Increasing your home’s energy efficiency is one of the smartest moves you can make as a homeowner. It will lower your bills, increase the resale value of your property, and help minimize our planet’s fast-approaching climate crisis. While major home retrofits can seem daunting, there are plenty of quick and cost-effective ways to start reducing your carbon footprint today. Here are five easy projects to make your home more sustainable.

1. Weather stripping

If you’re looking to make your home more energy efficient, an energy audit is a highly recommended first step. This will reveal where your home is lacking in regards to sustainability suggests the best plan of attack.

Some form of weather stripping is nearly always advised because it is so easy and inexpensive yet can yield such transformative results. The audit will provide information about air leaks which you can couple with your own knowledge of your home’s ventilation needs to develop a strategic plan.

Make sure you choose the appropriate type of weather stripping for each location in your home. Areas that receive a lot of wear and tear, like popular doorways, are best served by slightly more expensive vinyl or metal options. Immobile cracks or infrequently opened windows can be treated with inexpensive foams or caulking. Depending on the age and quality of your home, the resulting energy savings can be as much as 20 percent.

2. Programmable thermostats

Programmable thermostats

Shutterstock Licensed Photo – By Olivier Le Moal

Programmable thermostats have tremendous potential to save money and minimize unnecessary energy usage. About 45 percent of a home’s energy is earmarked for heating and cooling needs with a large fraction of that wasted on unoccupied spaces. Programmable thermostats can automatically lower the heat overnight or shut off the air conditioning when you go to work.

Every degree Fahrenheit you lower the thermostat equates to 1 percent less energy use, which amounts to considerable savings over the course of a year. When used correctly, programmable thermostats reduce heating and cooling bills by 10 to 30 percent. Of course, the same result can be achieved by manually adjusting your thermostats to coincide with your activities, just make sure you remember to do it!

3. Low-flow water hardware

With the current focus on carbon emissions and climate change, we typically equate environmental stability to lower energy use, but fresh water shortage is an equal threat. Installing low-flow hardware for toilets and showers, particularly in drought prone areas, is an inexpensive and easy way to cut water consumption by 50 percent and save as much as $145 per year.

Older toilets use up to 6 gallons of water per flush, the equivalent of an astounding 20.1 gallons per person each day. This makes them the biggest consumer of indoor water. New low-flow toilets are standardized at 1.6 gallons per flush and can save more than 20,000 gallons a year in a 4-member household.

Similarly, low-flow shower heads can decrease water consumption by 40 percent or more while also lowering water heating bills and reducing CO2 emissions. Unlike early versions, new low-flow models are equipped with excellent pressure technology so your shower will be no less satisfying.

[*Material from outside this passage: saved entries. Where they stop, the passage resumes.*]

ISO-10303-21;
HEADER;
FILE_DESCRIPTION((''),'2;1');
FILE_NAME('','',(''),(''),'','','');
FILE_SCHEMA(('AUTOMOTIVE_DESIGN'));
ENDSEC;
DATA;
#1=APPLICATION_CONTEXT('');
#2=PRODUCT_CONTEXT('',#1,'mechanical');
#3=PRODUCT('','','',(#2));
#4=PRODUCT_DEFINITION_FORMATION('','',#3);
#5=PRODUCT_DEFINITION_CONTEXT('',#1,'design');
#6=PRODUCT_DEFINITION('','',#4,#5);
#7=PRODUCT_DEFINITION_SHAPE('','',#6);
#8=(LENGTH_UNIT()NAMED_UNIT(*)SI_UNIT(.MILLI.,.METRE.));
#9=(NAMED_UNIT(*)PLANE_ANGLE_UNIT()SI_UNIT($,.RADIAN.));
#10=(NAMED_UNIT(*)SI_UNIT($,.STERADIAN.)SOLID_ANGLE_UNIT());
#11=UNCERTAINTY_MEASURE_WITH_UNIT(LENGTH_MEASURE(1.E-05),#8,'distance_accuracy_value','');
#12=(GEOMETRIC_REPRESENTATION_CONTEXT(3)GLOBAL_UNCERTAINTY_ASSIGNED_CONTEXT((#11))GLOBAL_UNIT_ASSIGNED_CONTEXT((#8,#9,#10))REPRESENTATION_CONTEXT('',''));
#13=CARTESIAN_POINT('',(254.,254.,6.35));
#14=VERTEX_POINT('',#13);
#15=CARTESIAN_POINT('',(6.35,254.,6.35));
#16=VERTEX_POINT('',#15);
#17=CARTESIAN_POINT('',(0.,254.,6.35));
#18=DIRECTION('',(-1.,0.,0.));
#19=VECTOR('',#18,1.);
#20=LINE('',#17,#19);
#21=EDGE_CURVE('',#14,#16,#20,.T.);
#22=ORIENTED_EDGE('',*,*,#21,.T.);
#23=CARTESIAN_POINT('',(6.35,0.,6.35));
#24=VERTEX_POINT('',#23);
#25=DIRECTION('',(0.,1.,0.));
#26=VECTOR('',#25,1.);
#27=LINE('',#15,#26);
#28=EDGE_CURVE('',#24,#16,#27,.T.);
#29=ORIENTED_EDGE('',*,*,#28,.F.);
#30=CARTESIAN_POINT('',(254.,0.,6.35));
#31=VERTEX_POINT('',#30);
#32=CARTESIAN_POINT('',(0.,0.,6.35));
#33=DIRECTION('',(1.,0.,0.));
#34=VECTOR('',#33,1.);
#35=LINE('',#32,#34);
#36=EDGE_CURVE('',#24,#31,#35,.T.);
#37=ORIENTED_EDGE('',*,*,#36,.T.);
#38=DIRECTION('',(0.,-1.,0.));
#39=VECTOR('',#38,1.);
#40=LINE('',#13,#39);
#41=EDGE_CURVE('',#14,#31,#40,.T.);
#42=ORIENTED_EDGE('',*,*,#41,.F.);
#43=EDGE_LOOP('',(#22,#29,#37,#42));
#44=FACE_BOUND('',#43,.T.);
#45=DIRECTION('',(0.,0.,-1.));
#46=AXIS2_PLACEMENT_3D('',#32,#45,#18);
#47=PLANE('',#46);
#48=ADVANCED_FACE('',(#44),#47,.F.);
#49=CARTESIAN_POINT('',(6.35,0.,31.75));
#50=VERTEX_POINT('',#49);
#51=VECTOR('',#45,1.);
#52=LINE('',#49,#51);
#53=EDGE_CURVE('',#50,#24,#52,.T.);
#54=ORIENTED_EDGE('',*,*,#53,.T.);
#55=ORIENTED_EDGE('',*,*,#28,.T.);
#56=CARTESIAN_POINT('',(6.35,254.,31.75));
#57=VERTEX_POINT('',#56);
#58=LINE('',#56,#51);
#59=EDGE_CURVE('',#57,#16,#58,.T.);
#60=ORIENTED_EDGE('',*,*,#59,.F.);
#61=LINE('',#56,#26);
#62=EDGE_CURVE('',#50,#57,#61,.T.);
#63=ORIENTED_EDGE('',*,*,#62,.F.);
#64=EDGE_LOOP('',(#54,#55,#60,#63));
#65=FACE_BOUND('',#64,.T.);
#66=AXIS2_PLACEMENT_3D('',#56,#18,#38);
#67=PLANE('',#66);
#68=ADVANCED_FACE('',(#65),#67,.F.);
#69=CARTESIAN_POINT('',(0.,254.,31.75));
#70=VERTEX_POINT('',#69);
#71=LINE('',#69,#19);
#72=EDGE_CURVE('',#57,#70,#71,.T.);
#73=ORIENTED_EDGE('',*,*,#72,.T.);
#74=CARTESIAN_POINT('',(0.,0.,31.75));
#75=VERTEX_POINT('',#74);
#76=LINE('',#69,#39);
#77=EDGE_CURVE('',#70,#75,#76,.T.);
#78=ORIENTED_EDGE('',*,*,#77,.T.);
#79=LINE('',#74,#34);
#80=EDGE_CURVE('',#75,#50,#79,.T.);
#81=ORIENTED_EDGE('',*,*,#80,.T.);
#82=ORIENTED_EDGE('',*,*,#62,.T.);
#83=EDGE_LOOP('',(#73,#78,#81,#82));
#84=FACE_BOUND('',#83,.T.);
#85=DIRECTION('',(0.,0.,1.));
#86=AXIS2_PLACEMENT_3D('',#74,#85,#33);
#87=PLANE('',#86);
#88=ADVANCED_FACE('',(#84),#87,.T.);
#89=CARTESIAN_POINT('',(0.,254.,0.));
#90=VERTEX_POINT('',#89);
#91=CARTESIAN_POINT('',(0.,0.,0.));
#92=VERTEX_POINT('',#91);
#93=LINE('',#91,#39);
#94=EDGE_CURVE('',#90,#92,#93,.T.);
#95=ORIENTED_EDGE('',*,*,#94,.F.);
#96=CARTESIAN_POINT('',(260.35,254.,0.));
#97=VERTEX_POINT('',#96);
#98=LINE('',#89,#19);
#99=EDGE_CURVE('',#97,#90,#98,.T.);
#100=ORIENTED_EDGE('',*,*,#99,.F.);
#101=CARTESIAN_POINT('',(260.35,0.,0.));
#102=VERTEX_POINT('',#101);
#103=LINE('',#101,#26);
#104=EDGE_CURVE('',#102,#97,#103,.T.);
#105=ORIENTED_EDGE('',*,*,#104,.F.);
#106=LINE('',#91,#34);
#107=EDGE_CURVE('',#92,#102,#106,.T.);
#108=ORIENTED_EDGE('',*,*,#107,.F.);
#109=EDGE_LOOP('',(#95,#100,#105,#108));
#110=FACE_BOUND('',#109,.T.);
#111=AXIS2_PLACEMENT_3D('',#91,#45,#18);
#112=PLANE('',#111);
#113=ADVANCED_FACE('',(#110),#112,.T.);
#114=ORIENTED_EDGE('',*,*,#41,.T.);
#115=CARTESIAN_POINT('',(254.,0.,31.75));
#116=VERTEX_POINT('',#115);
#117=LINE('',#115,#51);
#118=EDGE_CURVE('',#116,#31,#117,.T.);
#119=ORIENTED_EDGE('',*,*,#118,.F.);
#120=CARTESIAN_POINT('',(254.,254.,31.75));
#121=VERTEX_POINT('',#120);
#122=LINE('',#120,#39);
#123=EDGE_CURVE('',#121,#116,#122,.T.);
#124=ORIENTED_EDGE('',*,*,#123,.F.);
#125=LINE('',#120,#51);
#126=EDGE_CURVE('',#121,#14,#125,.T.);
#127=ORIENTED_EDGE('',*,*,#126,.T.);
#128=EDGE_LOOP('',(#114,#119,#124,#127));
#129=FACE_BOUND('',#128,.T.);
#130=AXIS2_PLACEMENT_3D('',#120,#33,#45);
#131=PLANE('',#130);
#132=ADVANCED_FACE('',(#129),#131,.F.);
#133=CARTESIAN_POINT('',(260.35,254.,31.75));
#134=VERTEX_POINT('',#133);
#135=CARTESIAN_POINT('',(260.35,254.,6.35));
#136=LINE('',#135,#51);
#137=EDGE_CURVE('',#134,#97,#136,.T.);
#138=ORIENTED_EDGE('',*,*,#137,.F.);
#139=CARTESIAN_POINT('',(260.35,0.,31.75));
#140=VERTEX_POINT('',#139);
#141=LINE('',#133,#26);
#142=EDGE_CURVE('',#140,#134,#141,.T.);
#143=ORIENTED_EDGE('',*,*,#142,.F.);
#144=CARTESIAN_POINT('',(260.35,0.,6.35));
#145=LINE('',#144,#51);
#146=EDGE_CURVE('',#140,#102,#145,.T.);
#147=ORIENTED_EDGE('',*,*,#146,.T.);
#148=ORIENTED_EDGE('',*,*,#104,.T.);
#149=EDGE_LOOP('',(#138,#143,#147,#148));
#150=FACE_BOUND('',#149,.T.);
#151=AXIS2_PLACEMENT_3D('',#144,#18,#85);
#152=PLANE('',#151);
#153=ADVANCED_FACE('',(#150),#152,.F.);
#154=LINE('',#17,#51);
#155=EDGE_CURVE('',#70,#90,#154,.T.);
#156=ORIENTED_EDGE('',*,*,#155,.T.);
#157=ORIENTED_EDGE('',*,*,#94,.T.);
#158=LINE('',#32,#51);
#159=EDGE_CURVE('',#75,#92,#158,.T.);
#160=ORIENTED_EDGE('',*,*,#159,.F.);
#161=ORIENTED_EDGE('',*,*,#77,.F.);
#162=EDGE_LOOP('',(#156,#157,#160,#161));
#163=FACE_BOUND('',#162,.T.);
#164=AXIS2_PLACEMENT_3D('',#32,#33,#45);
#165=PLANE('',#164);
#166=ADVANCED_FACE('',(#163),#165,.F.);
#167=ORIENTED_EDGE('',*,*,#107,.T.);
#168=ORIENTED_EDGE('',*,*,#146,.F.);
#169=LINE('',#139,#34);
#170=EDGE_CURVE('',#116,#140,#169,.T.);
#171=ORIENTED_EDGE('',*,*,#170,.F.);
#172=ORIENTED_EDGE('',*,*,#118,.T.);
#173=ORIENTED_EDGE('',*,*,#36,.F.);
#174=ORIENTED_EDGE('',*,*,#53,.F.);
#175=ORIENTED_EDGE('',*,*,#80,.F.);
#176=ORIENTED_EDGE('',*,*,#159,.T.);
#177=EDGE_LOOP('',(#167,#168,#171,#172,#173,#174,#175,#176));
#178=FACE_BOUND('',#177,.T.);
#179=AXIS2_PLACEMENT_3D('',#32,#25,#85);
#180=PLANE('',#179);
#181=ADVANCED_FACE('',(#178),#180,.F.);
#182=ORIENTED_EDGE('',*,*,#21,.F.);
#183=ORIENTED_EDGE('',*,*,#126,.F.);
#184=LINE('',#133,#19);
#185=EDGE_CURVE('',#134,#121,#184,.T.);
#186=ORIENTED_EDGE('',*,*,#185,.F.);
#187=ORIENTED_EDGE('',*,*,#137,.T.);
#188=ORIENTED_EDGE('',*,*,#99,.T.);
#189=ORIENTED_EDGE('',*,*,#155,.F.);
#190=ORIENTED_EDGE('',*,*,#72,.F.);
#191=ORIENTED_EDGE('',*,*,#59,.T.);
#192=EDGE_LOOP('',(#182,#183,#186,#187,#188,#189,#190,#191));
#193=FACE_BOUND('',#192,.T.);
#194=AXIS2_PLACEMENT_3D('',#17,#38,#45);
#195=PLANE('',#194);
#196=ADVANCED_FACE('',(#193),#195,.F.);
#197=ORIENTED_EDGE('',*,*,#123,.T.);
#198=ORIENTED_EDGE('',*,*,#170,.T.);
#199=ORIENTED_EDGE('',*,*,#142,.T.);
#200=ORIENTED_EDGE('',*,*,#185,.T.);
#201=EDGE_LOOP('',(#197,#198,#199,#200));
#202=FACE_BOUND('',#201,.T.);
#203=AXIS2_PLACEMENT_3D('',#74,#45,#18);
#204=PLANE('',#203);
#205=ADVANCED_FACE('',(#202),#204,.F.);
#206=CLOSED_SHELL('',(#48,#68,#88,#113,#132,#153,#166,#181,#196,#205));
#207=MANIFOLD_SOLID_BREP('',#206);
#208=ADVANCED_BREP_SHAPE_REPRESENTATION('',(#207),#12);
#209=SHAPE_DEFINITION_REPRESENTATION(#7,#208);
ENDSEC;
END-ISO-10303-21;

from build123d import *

# Parameters (mm, degrees)
SKETCH1_W           = 260.35
SKETCH1_H           = 254
BOSS_EXTRUDE1_DEPTH = 6.35
SKETCH2_W           = 6.35
SKETCH2_H           = 254
BOSS_EXTRUDE2_DEPTH = 25.4
SKETCH5_W           = 6.35
SKETCH5_H           = 254
BOSS_EXTRUDE4_DEPTH = 25.4


with BuildPart() as part:
    # Sketch1 → Boss-Extrude1 (new body)
    with BuildSketch(Plane.XY):
        with Locations((130.175, 127)):
            Rectangle(SKETCH1_W, SKETCH1_H)
    extrude(amount=BOSS_EXTRUDE1_DEPTH)

    # Sketch2 → Boss-Extrude2 (add)
    with BuildSketch(Plane.XY.offset(6.35)):
        with Locations((3.175, 127)):
            Rectangle(SKETCH2_W, SKETCH2_H)
    extrude(amount=BOSS_EXTRUDE2_DEPTH)

    # Sketch5 → Boss-Extrude4 (add)
    with BuildSketch(Plane.XY.offset(6.35)):
        with Locations((257.175, 127)):
            Rectangle(SKETCH5_W, SKETCH5_H)
    extrude(amount=BOSS_EXTRUDE4_DEPTH)


solid = part.part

4. Energy efficient light bulbs

An average household dedicates about 5 percent of its energy use to lighting, but this value is dropping thanks to new lighting technology. Incandescent bulbs are quickly becoming a thing of the past. These inefficient light sources give off 90 percent of their energy as heat which is not only impractical from a lighting standpoint, but also raises energy bills even further during hot weather.

New LED and compact fluorescent options are far more efficient and longer lasting. Though the upfront costs are higher, the long term environmental and financial benefits are well worth it. Energy efficient light bulbs use as much as 80 percent less energy than traditional incandescent and last 3 to 25 times longer producing savings of about $6 per year per bulb.

5. Installing solar panels

Adding solar panels may not be the easiest, or least expensive, sustainability upgrade for your home, but it will certainly have the greatest impact on both your energy bills and your environmental footprint. Installing solar panels can run about $15,000 – $20,000 upfront, though a number of government incentives are bringing these numbers down. Alternatively, panels can also be leased for a much lower initial investment.

Once operational, a solar system saves about $600 per year over the course of its 25 to 30-year lifespan, and this figure will grow as energy prices rise. Solar installations require little to no maintenance and increase the value of your home.

From an environmental standpoint, the average five-kilowatt residential system can reduce household CO2 emissions by 15,000 pounds every year. Using your solar system to power an electric vehicle is the ultimate sustainable solution serving to reduce total CO2 emissions by as much as 70%!

These days, being environmentally responsible is the hallmark of a good global citizen and it need not require major sacrifices in regards to your lifestyle or your wallet. In fact, increasing your home’s sustainability is apt to make your residence more livable and save you money in the long run. The five projects listed here are just a few of the easy ways to reduce both your environmental footprint and your energy bills. So, give one or more of them a try; with a small budget and a little know-how, there is no reason you can’t start today.